Novel Gene Therapy Strategy for Hemophilia a By Hydrodynamic Gene Delivery Combined with Non-Viral Piggybac Transposon Vector in Canine Model

Currently, hemophilia A patients are treated with plasma-derived or recombinant factor VIII (FVIII) concentrates. These treatments have substantially improved the management of bleedings in hemophilia and more recently long-acting recombinant FVIII concentrates are available in clinic, but hemophilia A patients still require the repeated intravenous injections frequently 2-3 times per week. Therefore, gene and cell-based therapy is an attractive strategy for the treatment of the disease because continuous expression of FVIII levels as low as 1-5 % of normal have been shown to ameliorate the bleeding phenotype as well as improve the quality of life. Although several attempts have been made for hemophilia A gene therapy, systemic delivery of viral vectors into liver cells in vivo, however, resulted in a transient and low-level expression of FVIII, because the large size of FVIII cDNA prohibited the efficient delivery of conventional viral vectors. Moreover, there remain concerns over the safety of these approaches such as adverse immunological reactions or virus-mediated cytotoxicity. Hydrodynamic gene delivery (HGD) is considered to be an alternative candidate to viral vectors. Previously, we tested the HGD in hemophilia A mouse model with the combination of non-viral piggyBactransposon vectors which can transfer the full-length FVIII transgene.

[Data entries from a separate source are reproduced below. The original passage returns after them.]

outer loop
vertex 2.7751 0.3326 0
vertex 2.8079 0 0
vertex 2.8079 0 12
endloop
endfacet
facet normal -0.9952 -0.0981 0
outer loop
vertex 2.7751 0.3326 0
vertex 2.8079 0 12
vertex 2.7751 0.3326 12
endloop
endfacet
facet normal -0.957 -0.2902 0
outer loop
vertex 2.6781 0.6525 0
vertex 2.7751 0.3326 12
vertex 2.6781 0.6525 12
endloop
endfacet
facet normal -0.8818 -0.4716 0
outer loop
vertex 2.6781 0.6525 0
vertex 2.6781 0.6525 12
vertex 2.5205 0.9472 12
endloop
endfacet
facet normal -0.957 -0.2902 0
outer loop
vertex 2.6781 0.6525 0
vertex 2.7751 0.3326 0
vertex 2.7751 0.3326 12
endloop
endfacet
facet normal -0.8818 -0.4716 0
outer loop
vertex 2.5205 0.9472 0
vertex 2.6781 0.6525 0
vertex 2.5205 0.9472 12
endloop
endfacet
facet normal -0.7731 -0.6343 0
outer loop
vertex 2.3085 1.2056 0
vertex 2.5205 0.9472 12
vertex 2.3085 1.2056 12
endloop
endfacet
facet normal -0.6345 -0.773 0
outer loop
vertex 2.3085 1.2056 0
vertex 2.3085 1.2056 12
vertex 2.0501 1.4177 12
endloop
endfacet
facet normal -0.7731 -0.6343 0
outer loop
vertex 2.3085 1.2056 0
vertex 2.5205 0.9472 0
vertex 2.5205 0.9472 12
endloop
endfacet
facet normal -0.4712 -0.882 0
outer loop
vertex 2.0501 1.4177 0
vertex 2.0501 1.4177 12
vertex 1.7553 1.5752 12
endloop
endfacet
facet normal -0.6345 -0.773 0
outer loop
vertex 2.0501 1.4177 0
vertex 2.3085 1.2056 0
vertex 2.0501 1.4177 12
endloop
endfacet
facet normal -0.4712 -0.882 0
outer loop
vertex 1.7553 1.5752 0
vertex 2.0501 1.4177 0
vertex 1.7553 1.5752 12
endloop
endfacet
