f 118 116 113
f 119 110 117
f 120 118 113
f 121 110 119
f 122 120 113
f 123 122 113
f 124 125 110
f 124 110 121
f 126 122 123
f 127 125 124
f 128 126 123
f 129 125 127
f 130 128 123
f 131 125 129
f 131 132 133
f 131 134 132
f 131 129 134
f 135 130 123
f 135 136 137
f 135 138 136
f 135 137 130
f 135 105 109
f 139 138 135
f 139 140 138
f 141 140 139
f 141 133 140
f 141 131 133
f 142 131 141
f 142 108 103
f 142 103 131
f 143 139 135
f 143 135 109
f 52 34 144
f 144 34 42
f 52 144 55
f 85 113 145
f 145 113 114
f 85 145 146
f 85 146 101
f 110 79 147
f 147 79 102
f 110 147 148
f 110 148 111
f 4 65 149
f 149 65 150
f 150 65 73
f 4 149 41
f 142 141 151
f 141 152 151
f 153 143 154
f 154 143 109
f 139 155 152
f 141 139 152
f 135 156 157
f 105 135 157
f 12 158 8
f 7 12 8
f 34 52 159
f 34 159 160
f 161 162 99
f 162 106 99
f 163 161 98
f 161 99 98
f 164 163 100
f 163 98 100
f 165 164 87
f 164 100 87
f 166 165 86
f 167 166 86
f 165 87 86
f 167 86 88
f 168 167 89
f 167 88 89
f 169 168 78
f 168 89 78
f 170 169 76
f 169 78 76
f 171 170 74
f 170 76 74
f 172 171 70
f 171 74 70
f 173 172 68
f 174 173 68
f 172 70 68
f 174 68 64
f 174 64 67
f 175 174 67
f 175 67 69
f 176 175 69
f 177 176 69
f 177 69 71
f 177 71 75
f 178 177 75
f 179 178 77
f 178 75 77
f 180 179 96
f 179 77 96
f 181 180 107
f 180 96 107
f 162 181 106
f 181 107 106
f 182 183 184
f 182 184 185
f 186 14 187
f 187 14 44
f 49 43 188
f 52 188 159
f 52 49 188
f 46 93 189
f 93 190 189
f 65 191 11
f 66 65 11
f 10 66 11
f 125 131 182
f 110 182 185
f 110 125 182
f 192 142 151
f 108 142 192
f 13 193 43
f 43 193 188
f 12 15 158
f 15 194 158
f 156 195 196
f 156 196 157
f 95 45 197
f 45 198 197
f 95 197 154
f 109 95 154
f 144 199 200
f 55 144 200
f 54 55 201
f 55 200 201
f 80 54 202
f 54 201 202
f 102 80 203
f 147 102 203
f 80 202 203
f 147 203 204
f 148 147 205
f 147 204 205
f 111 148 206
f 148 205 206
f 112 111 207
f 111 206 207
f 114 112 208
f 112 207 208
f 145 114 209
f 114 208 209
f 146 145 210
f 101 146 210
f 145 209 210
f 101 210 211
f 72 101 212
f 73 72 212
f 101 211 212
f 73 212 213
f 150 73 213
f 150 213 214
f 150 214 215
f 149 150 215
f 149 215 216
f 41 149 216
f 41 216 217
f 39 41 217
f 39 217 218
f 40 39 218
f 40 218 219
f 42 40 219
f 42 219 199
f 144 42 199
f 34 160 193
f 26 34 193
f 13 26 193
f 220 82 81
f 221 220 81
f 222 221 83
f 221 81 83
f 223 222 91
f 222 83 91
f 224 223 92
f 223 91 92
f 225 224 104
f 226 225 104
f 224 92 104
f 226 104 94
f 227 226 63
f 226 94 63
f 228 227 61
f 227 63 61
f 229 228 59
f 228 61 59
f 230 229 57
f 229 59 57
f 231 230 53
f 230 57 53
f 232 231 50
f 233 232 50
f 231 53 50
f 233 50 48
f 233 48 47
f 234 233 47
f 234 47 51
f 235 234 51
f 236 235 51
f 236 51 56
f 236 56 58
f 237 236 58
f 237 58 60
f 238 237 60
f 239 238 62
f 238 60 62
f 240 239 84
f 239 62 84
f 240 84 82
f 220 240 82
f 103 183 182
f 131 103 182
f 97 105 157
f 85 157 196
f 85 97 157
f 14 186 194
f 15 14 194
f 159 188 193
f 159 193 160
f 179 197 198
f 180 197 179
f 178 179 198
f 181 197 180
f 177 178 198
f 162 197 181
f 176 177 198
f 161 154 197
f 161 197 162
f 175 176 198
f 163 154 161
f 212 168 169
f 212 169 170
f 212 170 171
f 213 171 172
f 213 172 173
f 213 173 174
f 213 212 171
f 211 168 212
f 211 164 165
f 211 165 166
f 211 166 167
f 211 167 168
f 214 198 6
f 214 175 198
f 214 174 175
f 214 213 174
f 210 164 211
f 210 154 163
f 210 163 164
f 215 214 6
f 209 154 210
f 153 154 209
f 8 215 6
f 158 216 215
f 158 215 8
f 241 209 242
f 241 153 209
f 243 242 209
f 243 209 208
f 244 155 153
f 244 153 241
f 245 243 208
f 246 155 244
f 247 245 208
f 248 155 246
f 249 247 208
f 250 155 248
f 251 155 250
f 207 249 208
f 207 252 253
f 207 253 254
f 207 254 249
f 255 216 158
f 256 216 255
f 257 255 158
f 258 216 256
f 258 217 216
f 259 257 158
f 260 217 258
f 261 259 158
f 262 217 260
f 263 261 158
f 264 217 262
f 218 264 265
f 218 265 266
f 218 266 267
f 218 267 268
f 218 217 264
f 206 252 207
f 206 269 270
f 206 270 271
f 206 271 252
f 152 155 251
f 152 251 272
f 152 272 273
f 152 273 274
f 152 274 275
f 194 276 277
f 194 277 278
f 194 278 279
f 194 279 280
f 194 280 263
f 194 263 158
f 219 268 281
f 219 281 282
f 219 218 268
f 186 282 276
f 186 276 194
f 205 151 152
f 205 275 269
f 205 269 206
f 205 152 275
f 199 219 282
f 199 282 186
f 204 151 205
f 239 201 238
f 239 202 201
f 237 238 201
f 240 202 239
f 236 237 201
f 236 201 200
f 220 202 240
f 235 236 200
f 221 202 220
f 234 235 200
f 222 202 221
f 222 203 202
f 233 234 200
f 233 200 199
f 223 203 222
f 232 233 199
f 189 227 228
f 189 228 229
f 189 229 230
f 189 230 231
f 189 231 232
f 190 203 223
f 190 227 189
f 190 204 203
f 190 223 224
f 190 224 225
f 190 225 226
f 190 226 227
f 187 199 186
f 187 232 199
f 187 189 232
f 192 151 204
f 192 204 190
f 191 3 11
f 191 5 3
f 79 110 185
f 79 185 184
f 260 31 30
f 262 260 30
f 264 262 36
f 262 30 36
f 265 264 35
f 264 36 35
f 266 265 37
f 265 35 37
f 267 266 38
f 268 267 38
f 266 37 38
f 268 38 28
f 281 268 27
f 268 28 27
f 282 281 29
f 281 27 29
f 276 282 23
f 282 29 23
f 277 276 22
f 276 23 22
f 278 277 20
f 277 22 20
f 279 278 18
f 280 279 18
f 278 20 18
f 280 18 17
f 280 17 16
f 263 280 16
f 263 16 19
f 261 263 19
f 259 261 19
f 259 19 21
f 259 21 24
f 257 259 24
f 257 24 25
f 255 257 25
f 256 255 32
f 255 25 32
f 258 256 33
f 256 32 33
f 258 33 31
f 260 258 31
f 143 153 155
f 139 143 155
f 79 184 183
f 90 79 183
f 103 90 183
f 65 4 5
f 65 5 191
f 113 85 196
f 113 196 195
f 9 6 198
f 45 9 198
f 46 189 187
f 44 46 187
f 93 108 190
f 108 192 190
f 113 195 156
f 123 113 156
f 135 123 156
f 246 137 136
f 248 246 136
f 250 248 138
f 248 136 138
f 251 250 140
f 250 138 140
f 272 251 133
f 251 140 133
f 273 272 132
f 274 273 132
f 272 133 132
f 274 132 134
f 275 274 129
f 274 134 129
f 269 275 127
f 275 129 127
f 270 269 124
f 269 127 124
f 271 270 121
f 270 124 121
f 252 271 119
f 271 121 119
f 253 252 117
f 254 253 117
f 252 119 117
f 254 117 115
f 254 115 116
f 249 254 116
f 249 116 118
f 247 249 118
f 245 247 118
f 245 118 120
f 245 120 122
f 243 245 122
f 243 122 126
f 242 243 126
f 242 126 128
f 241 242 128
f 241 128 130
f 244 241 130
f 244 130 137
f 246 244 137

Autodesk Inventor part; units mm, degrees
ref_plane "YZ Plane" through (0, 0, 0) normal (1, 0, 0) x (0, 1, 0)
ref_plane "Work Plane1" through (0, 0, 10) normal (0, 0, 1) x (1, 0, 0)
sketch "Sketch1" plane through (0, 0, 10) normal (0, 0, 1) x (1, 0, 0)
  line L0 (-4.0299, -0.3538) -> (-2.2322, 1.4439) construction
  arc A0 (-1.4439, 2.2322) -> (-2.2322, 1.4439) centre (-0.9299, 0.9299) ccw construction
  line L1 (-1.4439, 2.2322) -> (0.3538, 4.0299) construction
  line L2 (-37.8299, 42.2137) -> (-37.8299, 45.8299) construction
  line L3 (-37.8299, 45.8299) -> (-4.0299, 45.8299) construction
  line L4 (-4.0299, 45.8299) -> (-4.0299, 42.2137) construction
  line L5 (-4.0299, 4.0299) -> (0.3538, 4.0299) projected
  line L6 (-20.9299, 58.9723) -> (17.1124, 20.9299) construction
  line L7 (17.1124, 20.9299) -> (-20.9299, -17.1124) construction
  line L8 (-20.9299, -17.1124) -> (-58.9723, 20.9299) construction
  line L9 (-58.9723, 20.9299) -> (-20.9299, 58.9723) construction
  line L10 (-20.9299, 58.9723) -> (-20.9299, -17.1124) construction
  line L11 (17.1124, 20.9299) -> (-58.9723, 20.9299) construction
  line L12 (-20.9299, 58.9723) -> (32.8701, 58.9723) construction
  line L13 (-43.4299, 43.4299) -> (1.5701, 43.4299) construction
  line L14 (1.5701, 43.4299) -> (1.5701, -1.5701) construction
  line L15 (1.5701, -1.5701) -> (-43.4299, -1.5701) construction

As a result, we confirmed the sustained FVIII expression for over 300 days without any immune responses (Matsui H, et.al. PLos One 9(8) e104597, 2014).

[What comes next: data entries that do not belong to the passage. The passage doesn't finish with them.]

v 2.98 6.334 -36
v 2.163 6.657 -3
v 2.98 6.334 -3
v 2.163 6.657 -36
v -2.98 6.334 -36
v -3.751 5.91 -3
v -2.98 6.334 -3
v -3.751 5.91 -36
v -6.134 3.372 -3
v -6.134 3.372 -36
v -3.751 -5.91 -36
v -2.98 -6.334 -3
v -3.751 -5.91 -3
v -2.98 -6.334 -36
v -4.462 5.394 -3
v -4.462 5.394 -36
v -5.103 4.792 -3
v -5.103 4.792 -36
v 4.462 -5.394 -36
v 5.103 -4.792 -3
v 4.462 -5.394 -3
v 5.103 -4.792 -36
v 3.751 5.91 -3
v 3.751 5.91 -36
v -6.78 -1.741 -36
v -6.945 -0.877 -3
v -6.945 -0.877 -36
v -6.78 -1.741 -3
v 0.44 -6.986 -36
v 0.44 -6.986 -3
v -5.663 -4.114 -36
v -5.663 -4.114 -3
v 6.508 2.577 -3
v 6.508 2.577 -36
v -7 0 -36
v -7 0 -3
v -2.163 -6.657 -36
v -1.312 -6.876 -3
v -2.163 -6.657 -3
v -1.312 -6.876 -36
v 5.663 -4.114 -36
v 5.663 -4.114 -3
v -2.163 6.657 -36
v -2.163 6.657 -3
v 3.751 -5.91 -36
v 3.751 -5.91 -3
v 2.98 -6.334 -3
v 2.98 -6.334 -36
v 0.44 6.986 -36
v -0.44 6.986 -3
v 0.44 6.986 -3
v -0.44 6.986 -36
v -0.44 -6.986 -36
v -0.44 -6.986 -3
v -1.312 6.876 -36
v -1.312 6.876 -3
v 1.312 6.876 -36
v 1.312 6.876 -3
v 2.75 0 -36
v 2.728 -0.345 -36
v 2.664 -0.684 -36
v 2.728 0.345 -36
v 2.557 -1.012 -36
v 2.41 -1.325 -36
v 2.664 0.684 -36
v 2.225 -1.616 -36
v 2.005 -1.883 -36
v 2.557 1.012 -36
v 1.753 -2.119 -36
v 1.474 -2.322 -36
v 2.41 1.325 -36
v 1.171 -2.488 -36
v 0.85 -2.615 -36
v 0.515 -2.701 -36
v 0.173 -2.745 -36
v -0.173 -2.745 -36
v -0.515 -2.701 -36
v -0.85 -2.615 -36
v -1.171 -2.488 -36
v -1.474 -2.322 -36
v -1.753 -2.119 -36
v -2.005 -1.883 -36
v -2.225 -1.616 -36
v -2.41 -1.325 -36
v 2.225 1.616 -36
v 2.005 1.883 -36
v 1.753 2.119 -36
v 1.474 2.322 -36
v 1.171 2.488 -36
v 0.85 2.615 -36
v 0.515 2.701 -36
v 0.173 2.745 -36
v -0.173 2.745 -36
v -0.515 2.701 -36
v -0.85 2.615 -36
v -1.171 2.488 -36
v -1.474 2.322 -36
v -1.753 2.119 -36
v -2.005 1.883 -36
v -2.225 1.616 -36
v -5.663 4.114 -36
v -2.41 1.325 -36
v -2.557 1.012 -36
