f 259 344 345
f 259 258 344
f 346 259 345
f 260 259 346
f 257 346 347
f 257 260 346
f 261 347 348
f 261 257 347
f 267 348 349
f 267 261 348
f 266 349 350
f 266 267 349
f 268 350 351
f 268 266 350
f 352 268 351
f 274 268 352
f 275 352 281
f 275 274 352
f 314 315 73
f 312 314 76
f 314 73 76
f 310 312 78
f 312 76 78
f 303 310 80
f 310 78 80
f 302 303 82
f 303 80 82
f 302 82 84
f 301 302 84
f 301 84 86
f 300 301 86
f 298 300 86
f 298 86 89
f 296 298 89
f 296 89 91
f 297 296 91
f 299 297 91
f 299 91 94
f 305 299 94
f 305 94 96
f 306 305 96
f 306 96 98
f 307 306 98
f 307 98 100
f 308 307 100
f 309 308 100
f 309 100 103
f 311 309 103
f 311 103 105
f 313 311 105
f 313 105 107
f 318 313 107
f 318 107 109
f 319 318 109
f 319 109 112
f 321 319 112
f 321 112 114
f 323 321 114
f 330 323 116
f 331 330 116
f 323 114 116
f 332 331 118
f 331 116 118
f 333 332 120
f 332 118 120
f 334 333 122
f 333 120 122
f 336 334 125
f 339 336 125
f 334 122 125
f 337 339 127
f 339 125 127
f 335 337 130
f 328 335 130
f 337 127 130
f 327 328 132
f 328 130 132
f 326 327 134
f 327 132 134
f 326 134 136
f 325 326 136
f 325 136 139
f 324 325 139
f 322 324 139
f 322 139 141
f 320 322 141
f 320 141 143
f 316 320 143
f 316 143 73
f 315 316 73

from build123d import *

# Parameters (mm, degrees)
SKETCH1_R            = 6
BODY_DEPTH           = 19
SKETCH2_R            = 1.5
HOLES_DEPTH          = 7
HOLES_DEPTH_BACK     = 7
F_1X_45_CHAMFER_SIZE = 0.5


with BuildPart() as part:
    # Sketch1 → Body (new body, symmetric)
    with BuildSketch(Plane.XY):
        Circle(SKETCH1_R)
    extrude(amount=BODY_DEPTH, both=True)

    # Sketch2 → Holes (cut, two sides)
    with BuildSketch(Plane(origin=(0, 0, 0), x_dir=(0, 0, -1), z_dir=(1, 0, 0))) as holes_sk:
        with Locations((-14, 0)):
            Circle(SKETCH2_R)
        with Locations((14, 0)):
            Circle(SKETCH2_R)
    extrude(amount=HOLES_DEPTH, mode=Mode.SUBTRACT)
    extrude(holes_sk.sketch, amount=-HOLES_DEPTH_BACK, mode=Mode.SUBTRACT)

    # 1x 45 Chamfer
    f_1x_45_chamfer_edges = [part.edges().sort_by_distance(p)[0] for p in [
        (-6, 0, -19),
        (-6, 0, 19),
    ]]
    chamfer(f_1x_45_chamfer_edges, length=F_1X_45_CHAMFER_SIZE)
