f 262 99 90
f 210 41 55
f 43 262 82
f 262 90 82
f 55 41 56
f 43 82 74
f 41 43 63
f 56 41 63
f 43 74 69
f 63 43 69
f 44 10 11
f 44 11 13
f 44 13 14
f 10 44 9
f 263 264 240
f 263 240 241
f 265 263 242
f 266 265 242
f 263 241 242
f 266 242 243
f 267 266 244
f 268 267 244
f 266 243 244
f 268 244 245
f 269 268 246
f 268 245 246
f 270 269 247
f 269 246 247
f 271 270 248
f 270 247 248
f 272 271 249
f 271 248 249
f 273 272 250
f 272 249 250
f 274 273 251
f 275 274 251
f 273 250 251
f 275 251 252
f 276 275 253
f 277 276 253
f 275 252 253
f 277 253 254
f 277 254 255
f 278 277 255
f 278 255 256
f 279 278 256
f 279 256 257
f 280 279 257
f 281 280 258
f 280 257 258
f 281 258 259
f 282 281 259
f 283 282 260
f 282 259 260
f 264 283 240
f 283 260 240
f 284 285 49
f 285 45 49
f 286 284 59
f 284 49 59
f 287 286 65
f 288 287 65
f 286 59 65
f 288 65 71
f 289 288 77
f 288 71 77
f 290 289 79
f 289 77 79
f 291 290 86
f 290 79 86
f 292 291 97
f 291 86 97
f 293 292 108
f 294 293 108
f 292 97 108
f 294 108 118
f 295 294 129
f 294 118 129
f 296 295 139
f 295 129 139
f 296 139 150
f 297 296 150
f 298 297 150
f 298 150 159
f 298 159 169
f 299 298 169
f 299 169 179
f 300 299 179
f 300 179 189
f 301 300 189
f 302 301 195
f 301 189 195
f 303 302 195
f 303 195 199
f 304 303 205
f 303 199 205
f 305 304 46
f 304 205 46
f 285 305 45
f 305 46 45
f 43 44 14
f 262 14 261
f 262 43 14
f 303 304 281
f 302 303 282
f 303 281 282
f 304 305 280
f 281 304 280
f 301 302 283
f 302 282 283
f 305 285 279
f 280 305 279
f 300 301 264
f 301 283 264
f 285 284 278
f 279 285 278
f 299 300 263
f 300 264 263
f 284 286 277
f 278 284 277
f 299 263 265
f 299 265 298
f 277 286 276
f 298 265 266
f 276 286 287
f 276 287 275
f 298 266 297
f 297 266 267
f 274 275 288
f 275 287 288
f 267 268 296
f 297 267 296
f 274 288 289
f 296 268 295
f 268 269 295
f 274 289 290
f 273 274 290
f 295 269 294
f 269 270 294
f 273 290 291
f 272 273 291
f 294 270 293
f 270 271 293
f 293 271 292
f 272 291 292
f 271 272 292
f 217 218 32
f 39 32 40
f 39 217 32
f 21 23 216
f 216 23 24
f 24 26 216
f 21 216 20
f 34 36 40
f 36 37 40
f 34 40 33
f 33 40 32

While HGD system is effective and safe in small animal such as mouse (20-25g body weight), the major challenge is in applying this functioning procedure in the patients with hemophilia A. For this purpose, the current study focus on an assessment of the safety of liver-target HGD in dogs as the first step toward hydrodynamic gene therapy in clinic. Hemophilia A carrier dog was provided from Dr. Lillicrap group at Queen’s University and we have already developed hemophilia A dog colony in our institution. We used both normal and hemophilia A dogs in this study. In brief, under general anesthesia using isoflurane, beagle dog (10-12Kg body weight) was placed on the table of fluoroscopy machine. A 18G peripheral catheter was directly inserted into the saphenous vein followed by insertion of a 0.038 inch guide wire, a long sheath (5Fr) and an injection balloon catheter. The balloon catheter was placed and inflated just below the branch of hepatic vein using the image-guided interventional radiology technique. Liver-targeted HGD was performed into 4 liver lobes, the right lateral, right medial, left medial, and left lateral lobe, separately using piggyBac transposon vector expressing either GFP or FVIII. An injection of saline containing plasmid DNA were performed at the speed of 10mL/second sequentially into 4 liver lobes through the hepatic veins with 20 minutes interval between each injections. Various physiological parameters including heart rate, blood pressure, oxygen saturation were continuously monitored and recorded before, during and after each injection. For the assessment of tissue damage, blood samples were collected at the various time points. For the assessment of GFP expression, the liver samples were collected under echo-guided liver biopsy both 5 and 120 days after HGD. Although, transient 5-10 fold increase in hepatobiliary enzymes, including AST, ALT, were observed, there is no significant impact on physiological parameters, such as systemic circulation, respiration and cardiac function. By histological examination of liver samples, approximately 70-80% of hepatocytes in all 4 lobes were positive with GFP both 5 and 120 days after HGD. These results suggest that HGD system combined with interventional radiology technique is capable for the large animal with safe, efficient and less invasive. Now, we are conducting FVIII gene transfer by HGD in canine hemophilia A model.